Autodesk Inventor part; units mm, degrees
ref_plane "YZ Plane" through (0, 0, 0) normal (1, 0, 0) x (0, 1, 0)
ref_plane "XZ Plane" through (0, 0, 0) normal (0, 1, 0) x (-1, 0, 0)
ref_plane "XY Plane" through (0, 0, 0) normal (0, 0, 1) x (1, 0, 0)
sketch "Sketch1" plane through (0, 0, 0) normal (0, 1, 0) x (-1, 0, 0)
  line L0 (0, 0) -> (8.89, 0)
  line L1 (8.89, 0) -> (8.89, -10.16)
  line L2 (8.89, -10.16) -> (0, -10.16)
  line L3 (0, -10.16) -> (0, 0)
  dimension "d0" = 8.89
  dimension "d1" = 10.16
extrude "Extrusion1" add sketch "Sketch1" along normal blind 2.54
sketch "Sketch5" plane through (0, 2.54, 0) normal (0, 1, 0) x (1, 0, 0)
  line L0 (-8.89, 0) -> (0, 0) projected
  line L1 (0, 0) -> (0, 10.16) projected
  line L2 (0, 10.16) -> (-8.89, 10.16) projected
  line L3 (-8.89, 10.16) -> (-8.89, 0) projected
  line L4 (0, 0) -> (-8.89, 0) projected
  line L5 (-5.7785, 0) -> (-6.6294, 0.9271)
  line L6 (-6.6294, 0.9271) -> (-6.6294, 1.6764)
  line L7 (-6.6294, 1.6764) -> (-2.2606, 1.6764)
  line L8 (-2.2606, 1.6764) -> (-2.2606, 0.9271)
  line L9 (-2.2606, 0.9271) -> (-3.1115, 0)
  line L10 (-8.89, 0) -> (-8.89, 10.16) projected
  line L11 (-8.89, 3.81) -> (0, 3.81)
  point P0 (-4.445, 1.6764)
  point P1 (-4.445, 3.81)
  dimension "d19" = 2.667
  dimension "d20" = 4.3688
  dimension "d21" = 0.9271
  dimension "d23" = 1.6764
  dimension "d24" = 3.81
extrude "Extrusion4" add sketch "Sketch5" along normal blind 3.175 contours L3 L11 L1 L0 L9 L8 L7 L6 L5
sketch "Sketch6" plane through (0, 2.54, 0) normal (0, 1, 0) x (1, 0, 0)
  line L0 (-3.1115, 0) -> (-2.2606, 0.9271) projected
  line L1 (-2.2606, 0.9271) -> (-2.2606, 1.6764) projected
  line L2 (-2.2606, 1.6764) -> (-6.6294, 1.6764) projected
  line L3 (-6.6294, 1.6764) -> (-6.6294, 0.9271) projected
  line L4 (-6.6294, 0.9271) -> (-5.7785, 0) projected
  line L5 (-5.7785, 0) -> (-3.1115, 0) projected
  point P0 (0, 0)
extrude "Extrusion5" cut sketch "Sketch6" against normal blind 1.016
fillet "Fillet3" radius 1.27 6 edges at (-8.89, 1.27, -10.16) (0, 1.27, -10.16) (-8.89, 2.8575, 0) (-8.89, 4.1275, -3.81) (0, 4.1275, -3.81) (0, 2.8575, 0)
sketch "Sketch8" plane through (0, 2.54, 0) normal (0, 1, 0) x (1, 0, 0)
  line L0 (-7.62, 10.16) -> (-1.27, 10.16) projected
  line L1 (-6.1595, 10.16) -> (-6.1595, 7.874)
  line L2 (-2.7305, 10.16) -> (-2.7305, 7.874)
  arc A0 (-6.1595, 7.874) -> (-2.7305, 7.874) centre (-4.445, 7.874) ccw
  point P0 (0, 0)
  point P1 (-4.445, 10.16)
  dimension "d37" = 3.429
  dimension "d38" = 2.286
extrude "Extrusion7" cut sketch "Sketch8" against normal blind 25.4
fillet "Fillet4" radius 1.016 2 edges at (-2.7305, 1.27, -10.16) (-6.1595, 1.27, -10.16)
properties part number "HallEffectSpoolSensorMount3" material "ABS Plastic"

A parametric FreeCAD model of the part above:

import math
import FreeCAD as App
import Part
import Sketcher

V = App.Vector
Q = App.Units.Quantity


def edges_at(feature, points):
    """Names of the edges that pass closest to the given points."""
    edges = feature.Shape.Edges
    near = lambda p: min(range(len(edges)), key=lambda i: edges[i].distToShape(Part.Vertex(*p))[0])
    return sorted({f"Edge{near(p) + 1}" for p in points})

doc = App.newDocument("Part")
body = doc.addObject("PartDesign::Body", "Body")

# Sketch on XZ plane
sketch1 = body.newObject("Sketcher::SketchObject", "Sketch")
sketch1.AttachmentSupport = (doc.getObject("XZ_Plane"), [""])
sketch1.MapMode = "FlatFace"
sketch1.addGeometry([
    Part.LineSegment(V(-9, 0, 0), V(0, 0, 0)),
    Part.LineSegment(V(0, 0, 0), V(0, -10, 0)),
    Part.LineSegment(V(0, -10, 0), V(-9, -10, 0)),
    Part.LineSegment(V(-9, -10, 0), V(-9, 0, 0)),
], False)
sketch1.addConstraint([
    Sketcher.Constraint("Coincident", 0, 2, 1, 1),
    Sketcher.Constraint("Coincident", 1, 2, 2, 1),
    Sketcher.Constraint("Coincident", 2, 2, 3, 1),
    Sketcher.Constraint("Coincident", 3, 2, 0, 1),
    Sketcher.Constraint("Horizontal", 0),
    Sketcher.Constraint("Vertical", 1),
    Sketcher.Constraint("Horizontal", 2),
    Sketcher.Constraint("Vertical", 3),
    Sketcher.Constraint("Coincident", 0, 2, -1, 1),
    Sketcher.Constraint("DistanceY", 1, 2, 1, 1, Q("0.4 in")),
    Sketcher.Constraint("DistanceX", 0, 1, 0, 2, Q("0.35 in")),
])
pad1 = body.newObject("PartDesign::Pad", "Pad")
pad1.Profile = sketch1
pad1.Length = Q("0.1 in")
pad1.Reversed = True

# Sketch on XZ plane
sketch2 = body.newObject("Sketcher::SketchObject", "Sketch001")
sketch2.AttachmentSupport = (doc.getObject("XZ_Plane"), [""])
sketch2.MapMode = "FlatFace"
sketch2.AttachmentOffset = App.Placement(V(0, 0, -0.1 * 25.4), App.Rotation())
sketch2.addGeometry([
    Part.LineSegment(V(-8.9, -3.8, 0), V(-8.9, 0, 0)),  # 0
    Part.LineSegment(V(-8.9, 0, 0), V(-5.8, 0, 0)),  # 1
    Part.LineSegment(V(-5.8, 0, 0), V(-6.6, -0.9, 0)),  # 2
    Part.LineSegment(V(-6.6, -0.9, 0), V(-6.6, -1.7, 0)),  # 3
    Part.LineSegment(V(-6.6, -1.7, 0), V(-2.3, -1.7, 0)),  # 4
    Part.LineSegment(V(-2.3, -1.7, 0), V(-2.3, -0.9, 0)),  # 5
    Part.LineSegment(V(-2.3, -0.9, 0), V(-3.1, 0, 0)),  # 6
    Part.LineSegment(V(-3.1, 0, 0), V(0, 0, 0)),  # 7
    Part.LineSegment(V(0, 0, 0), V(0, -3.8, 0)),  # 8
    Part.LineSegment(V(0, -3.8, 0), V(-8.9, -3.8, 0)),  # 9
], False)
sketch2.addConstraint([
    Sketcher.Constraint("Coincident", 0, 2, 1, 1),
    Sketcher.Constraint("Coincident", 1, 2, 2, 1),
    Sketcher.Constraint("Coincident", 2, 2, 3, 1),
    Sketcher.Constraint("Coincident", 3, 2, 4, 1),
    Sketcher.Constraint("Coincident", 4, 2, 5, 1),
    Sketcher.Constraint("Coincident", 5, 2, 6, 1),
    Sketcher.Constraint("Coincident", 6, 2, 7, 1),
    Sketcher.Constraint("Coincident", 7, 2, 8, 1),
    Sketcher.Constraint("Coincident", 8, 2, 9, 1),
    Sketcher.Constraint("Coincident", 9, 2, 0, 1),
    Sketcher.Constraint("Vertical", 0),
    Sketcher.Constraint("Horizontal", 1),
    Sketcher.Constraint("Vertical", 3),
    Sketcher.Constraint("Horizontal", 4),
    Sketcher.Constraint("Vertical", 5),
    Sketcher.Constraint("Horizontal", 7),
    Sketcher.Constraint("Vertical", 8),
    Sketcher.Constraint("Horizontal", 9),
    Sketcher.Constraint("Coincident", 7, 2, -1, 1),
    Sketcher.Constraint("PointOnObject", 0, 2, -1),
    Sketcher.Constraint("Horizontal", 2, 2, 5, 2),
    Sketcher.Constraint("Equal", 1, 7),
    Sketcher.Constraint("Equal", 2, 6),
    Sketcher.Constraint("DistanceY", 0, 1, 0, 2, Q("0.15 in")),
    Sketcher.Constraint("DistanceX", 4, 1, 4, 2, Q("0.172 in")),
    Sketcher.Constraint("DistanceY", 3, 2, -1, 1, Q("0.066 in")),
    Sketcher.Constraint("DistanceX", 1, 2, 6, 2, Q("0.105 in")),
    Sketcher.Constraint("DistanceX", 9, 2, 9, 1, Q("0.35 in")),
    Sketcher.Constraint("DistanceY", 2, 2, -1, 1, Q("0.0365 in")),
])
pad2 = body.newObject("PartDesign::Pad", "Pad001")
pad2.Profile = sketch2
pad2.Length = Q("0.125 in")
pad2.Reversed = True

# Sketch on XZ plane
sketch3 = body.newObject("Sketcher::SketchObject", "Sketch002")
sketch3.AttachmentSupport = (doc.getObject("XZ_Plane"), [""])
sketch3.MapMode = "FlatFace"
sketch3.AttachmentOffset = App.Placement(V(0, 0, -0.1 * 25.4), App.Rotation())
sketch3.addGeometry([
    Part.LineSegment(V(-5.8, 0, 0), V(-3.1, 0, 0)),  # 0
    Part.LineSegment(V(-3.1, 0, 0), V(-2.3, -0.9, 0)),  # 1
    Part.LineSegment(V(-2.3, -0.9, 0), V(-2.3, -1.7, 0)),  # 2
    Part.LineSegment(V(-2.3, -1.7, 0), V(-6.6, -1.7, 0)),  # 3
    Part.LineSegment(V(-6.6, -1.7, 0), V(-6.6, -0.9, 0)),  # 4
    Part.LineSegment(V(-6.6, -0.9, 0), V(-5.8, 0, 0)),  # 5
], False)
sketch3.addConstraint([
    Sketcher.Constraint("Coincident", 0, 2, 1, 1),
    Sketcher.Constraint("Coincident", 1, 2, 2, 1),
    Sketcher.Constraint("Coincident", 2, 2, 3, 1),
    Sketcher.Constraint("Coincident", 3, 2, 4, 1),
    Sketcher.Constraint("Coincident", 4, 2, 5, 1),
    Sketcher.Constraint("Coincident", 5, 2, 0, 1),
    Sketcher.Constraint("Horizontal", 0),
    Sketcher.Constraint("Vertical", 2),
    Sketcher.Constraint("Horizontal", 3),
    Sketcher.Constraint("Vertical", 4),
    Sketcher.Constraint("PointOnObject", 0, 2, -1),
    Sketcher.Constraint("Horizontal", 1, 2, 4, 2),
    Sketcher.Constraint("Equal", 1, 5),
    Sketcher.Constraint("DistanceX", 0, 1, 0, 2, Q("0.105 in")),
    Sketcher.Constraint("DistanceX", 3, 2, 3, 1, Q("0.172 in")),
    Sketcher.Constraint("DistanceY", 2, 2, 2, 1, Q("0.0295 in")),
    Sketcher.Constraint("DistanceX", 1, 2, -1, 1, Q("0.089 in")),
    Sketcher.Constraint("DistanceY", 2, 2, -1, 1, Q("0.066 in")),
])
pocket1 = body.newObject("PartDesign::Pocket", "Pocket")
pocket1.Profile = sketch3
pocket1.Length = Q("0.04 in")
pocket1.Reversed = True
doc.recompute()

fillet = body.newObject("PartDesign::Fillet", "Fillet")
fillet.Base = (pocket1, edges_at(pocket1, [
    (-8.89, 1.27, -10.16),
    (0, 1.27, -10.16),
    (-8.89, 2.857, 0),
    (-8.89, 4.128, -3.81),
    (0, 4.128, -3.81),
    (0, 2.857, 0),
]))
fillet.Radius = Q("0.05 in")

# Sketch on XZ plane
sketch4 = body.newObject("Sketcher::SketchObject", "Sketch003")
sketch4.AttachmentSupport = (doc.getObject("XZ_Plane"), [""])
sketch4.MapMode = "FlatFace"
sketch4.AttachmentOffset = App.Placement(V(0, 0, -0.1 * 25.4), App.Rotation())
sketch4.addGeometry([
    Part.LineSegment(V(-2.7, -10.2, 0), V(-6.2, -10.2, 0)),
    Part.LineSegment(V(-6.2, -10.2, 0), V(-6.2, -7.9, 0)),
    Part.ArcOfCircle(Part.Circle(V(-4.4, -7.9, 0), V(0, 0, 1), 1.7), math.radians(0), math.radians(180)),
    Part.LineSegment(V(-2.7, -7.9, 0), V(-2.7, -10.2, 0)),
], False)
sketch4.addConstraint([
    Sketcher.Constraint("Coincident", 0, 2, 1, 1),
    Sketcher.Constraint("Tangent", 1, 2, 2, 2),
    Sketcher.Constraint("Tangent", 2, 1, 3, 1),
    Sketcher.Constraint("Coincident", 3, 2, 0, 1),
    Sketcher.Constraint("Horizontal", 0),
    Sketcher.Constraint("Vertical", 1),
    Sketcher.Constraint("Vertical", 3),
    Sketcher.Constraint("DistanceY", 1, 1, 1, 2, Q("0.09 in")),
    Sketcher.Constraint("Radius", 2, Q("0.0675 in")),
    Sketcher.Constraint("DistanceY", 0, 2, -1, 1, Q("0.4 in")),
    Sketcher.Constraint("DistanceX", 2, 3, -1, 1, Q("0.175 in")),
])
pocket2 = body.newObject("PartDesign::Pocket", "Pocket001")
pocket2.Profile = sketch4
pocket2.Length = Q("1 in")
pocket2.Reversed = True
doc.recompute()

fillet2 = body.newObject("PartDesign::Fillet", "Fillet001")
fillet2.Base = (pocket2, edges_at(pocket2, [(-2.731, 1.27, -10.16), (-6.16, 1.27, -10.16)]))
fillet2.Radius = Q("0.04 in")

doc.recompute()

========================

[What needs to be done]: Search the lines above for the string "through", then show every one that has it.

[Result of this task]:
ref_plane "YZ Plane" through (0, 0, 0) normal (1, 0, 0) x (0, 1, 0)
ref_plane "XZ Plane" through (0, 0, 0) normal (0, 1, 0) x (-1, 0, 0)
ref_plane "XY Plane" through (0, 0, 0) normal (0, 0, 1) x (1, 0, 0)
sketch "Sketch1" plane through (0, 0, 0) normal (0, 1, 0) x (-1, 0, 0)
sketch "Sketch5" plane through (0, 2.54, 0) normal (0, 1, 0) x (1, 0, 0)
sketch "Sketch6" plane through (0, 2.54, 0) normal (0, 1, 0) x (1, 0, 0)
sketch "Sketch8" plane through (0, 2.54, 0) normal (0, 1, 0) x (1, 0, 0)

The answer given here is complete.